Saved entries
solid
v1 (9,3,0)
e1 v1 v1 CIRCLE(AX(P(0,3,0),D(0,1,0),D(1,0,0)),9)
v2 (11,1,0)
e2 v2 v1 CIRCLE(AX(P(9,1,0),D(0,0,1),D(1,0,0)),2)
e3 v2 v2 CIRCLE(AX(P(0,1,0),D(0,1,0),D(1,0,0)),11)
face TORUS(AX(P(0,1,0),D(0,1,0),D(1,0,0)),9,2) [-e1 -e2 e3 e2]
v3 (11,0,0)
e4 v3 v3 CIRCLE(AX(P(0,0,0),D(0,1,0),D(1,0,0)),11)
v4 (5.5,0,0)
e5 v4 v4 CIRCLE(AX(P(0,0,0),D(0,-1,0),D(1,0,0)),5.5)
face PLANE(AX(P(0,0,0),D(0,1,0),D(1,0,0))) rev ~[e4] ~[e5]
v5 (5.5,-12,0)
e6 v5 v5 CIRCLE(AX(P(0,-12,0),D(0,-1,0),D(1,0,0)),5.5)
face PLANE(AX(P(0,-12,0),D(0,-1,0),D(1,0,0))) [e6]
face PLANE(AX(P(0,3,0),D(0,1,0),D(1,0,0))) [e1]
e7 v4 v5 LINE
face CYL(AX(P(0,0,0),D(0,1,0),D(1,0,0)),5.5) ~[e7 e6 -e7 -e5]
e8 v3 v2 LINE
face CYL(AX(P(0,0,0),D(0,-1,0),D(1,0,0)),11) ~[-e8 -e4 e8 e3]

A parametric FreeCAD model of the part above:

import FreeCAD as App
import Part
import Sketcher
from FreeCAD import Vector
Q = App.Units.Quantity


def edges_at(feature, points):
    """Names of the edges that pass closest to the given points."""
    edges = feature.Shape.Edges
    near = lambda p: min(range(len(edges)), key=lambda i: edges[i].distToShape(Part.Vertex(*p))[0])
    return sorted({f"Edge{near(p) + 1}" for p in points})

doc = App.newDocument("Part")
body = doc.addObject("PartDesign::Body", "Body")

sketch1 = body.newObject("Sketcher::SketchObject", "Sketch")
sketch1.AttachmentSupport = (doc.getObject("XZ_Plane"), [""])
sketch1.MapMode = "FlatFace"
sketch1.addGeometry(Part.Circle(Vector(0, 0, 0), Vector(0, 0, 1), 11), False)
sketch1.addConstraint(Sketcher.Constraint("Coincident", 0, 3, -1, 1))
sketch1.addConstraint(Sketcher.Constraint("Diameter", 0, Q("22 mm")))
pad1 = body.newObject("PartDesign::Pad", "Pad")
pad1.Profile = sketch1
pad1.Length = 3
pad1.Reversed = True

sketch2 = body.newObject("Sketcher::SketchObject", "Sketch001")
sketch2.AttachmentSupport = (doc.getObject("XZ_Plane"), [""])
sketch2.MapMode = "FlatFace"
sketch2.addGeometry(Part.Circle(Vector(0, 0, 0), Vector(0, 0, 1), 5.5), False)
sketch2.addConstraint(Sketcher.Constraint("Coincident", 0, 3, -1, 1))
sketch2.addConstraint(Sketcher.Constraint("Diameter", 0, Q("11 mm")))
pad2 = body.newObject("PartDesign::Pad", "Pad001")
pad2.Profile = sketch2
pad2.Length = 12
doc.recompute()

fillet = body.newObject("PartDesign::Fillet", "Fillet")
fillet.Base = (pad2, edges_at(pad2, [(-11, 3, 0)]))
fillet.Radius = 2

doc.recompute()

...

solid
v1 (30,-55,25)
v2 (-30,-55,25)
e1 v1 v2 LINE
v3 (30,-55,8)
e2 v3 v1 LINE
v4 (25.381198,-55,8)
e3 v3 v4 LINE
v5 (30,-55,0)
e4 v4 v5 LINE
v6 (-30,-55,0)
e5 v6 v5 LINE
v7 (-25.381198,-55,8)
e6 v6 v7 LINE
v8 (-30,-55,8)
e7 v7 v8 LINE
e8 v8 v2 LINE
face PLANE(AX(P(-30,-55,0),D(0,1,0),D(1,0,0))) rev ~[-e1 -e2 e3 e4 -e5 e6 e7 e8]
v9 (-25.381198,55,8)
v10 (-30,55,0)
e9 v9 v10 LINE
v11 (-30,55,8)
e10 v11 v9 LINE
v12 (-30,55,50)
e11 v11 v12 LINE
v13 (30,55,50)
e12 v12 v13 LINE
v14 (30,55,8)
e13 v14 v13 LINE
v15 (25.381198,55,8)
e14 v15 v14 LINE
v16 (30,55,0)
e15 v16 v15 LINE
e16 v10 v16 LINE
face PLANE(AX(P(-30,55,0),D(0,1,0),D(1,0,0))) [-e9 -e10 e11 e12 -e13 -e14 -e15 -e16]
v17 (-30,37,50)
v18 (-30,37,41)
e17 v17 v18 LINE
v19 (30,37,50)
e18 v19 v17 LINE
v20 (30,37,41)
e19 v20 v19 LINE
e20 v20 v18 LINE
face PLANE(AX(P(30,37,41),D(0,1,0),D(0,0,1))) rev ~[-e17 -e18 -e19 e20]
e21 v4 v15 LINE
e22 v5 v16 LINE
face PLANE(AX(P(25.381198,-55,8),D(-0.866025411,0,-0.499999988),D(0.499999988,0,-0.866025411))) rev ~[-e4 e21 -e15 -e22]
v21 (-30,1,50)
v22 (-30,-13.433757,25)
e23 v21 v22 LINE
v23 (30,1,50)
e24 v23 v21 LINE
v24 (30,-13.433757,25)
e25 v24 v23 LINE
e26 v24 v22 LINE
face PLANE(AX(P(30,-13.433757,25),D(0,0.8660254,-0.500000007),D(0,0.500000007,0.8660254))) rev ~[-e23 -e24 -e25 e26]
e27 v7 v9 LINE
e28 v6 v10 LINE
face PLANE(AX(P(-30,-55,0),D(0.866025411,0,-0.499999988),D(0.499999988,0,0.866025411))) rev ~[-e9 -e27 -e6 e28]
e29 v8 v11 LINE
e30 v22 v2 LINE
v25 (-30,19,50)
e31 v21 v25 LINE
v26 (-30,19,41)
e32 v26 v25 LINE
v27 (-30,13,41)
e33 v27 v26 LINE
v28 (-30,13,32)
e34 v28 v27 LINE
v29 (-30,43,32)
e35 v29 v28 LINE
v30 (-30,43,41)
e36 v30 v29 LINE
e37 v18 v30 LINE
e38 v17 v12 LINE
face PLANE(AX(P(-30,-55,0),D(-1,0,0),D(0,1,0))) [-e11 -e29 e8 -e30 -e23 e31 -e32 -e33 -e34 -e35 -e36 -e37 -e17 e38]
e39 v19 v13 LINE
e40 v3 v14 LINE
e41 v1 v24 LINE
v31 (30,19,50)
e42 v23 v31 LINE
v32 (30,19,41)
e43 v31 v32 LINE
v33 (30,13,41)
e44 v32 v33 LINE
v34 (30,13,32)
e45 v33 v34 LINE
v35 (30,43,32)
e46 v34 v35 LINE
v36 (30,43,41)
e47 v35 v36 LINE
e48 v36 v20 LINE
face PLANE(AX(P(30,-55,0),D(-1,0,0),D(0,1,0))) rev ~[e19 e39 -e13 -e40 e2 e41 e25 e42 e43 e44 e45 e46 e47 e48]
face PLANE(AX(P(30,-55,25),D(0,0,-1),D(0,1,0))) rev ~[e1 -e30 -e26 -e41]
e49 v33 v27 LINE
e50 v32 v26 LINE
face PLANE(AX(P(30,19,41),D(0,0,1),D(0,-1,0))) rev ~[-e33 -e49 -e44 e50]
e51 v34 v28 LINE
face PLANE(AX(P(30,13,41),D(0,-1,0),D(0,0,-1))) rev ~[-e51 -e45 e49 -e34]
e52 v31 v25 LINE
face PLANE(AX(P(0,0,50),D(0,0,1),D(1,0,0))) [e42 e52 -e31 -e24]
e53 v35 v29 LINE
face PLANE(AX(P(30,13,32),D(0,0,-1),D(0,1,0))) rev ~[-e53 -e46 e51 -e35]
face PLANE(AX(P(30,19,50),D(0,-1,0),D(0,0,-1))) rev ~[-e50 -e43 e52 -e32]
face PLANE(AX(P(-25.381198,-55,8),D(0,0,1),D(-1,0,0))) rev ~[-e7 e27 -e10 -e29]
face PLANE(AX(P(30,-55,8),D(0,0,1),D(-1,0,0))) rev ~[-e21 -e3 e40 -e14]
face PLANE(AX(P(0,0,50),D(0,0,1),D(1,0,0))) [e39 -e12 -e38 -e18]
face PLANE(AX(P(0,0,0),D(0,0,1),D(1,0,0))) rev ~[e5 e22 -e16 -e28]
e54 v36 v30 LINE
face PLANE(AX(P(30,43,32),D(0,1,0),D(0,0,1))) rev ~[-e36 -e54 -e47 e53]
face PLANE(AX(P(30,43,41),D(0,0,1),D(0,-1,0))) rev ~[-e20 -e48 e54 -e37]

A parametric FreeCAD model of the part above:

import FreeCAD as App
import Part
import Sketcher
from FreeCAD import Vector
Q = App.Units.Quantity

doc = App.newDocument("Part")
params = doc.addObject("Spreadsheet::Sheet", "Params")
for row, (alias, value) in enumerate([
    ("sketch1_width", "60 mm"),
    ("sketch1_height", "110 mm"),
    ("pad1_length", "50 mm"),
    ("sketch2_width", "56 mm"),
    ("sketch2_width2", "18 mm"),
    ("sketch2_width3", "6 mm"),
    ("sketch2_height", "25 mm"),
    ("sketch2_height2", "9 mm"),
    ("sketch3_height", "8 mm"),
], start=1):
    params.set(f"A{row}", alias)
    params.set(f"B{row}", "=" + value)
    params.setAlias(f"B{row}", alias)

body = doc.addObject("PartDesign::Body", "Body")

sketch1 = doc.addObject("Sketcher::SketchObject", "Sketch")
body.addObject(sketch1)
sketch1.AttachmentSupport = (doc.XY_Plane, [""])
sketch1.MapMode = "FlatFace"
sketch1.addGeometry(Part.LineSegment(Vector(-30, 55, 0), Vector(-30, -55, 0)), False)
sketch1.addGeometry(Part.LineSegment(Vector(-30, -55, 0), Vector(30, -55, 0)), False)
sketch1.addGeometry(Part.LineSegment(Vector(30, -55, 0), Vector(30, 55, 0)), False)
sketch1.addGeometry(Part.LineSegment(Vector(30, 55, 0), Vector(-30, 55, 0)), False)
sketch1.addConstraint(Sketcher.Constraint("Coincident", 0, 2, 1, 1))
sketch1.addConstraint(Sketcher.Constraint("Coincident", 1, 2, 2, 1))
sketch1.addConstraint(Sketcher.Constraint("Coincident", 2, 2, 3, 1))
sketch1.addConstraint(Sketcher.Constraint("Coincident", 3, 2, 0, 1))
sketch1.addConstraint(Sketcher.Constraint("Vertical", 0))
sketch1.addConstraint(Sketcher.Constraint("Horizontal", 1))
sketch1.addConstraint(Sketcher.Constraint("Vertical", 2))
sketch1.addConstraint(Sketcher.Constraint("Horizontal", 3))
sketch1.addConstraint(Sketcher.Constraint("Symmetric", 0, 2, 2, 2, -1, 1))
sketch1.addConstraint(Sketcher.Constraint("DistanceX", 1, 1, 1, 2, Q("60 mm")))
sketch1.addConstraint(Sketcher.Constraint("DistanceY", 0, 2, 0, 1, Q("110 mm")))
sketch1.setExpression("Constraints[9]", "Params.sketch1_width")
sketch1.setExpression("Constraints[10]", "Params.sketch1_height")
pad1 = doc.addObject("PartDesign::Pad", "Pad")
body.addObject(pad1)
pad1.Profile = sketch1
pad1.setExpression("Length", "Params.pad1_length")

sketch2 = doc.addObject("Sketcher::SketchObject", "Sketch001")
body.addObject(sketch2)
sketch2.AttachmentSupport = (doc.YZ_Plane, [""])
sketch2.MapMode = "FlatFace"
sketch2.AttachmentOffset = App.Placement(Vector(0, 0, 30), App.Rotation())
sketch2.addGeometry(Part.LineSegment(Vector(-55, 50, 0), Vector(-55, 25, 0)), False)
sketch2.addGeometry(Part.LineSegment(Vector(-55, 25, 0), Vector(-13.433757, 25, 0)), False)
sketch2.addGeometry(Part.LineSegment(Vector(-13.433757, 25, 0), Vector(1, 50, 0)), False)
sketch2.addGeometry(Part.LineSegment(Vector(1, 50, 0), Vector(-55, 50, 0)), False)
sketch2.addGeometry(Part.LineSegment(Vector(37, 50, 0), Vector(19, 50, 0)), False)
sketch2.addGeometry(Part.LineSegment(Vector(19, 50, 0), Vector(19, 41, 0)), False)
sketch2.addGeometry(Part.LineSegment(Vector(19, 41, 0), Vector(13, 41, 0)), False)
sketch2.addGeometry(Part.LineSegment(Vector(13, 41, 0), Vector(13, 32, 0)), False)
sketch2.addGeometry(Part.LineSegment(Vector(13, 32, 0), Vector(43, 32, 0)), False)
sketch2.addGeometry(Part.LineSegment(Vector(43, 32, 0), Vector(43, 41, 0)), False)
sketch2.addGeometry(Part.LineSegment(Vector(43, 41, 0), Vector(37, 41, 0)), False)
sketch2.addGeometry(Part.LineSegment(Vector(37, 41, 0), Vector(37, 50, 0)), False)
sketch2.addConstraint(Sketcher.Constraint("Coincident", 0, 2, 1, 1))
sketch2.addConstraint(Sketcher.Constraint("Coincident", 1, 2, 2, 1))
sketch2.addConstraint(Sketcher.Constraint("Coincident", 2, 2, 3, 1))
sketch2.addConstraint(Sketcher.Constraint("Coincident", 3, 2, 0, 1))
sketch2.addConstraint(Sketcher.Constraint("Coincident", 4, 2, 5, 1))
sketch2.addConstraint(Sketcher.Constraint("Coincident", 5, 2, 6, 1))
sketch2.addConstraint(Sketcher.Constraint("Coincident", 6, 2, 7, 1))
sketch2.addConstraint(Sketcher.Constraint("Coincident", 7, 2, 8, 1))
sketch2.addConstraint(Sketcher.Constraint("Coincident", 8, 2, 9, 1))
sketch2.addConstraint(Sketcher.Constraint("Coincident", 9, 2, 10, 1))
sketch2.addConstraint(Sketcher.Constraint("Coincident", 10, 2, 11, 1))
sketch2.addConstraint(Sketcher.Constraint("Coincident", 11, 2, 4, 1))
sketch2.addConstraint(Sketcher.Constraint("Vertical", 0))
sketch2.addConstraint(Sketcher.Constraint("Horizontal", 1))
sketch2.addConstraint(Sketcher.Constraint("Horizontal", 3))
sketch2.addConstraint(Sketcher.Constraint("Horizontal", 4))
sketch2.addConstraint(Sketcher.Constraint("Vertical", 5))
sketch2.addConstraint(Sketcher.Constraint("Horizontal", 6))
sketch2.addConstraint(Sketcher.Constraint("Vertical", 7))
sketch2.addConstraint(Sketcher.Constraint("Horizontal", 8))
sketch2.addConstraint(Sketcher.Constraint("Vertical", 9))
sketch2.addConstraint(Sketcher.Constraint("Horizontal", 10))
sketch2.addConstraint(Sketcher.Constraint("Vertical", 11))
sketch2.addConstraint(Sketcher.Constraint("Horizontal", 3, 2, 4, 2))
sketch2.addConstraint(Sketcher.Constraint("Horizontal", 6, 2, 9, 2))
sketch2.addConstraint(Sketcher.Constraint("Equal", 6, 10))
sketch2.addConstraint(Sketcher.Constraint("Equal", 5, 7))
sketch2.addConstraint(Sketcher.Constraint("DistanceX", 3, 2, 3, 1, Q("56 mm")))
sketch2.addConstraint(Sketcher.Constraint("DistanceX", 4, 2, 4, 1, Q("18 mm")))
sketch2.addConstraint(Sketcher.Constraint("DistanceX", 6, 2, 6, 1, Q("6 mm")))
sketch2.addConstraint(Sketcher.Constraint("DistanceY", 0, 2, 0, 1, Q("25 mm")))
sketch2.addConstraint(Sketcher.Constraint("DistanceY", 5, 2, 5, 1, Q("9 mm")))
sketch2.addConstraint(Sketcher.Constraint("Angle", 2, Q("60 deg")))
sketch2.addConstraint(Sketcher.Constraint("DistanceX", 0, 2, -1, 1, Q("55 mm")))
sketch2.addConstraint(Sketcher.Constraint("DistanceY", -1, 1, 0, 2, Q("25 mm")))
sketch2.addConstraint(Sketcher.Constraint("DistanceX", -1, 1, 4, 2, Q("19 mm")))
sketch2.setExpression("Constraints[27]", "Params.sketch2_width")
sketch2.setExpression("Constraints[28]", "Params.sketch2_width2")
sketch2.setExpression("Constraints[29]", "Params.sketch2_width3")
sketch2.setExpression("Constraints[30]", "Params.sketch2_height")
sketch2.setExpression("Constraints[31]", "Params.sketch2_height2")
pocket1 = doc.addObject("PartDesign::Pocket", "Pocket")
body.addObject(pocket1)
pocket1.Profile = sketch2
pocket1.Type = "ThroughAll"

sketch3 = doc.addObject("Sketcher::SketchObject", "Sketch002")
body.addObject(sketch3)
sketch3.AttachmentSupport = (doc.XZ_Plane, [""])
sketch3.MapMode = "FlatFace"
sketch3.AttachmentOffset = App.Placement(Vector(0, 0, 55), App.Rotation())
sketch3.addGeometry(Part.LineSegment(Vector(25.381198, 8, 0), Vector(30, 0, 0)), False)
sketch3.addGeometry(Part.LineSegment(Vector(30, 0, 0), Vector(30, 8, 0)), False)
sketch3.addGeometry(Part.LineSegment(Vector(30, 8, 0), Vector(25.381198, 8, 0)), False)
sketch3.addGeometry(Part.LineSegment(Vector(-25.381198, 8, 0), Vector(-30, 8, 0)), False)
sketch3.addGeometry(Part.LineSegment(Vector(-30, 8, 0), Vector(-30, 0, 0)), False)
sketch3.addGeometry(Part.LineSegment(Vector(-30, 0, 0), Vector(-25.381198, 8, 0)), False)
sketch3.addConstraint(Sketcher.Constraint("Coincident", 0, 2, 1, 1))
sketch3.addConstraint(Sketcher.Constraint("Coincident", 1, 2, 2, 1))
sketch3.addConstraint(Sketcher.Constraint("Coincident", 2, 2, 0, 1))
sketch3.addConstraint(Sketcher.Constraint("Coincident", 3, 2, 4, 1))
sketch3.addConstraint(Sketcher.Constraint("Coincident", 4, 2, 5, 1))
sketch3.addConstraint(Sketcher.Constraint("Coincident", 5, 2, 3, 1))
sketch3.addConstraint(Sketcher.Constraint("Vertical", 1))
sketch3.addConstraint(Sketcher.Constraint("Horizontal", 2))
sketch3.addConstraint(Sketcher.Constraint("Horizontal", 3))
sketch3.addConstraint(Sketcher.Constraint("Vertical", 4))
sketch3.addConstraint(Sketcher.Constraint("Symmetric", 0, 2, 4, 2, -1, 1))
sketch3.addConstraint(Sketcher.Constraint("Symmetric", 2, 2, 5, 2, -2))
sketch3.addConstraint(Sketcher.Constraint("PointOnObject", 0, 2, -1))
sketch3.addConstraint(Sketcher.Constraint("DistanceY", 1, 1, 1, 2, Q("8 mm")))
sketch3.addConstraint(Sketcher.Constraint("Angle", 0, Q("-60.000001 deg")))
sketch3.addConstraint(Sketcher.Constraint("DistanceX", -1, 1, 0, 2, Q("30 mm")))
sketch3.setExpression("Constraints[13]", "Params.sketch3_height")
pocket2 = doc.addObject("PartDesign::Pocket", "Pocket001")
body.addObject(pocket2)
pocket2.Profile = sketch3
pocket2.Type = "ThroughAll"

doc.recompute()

Exercise requirements: From the entries above, restate word for word the lines from the line containing "e20 v20 v18 LINE" to the line containing "e27 v7 v9 LINE", both ends included, and nothing more.

Solution:
e20 v20 v18 LINE
face PLANE(AX(P(30,37,41),D(0,1,0),D(0,0,1))) rev ~[-e17 -e18 -e19 e20]
e21 v4 v15 LINE
e22 v5 v16 LINE
face PLANE(AX(P(25.381198,-55,8),D(-0.866025411,0,-0.499999988),D(0.499999988,0,-0.866025411))) rev ~[-e4 e21 -e15 -e22]
v21 (-30,1,50)
v22 (-30,-13.433757,25)
e23 v21 v22 LINE
v23 (30,1,50)
e24 v23 v21 LINE
v24 (30,-13.433757,25)
e25 v24 v23 LINE
e26 v24 v22 LINE
face PLANE(AX(P(30,-13.433757,25),D(0,0.8660254,-0.500000007),D(0,0.500000007,0.8660254))) rev ~[-e23 -e24 -e25 e26]
e27 v7 v9 LINE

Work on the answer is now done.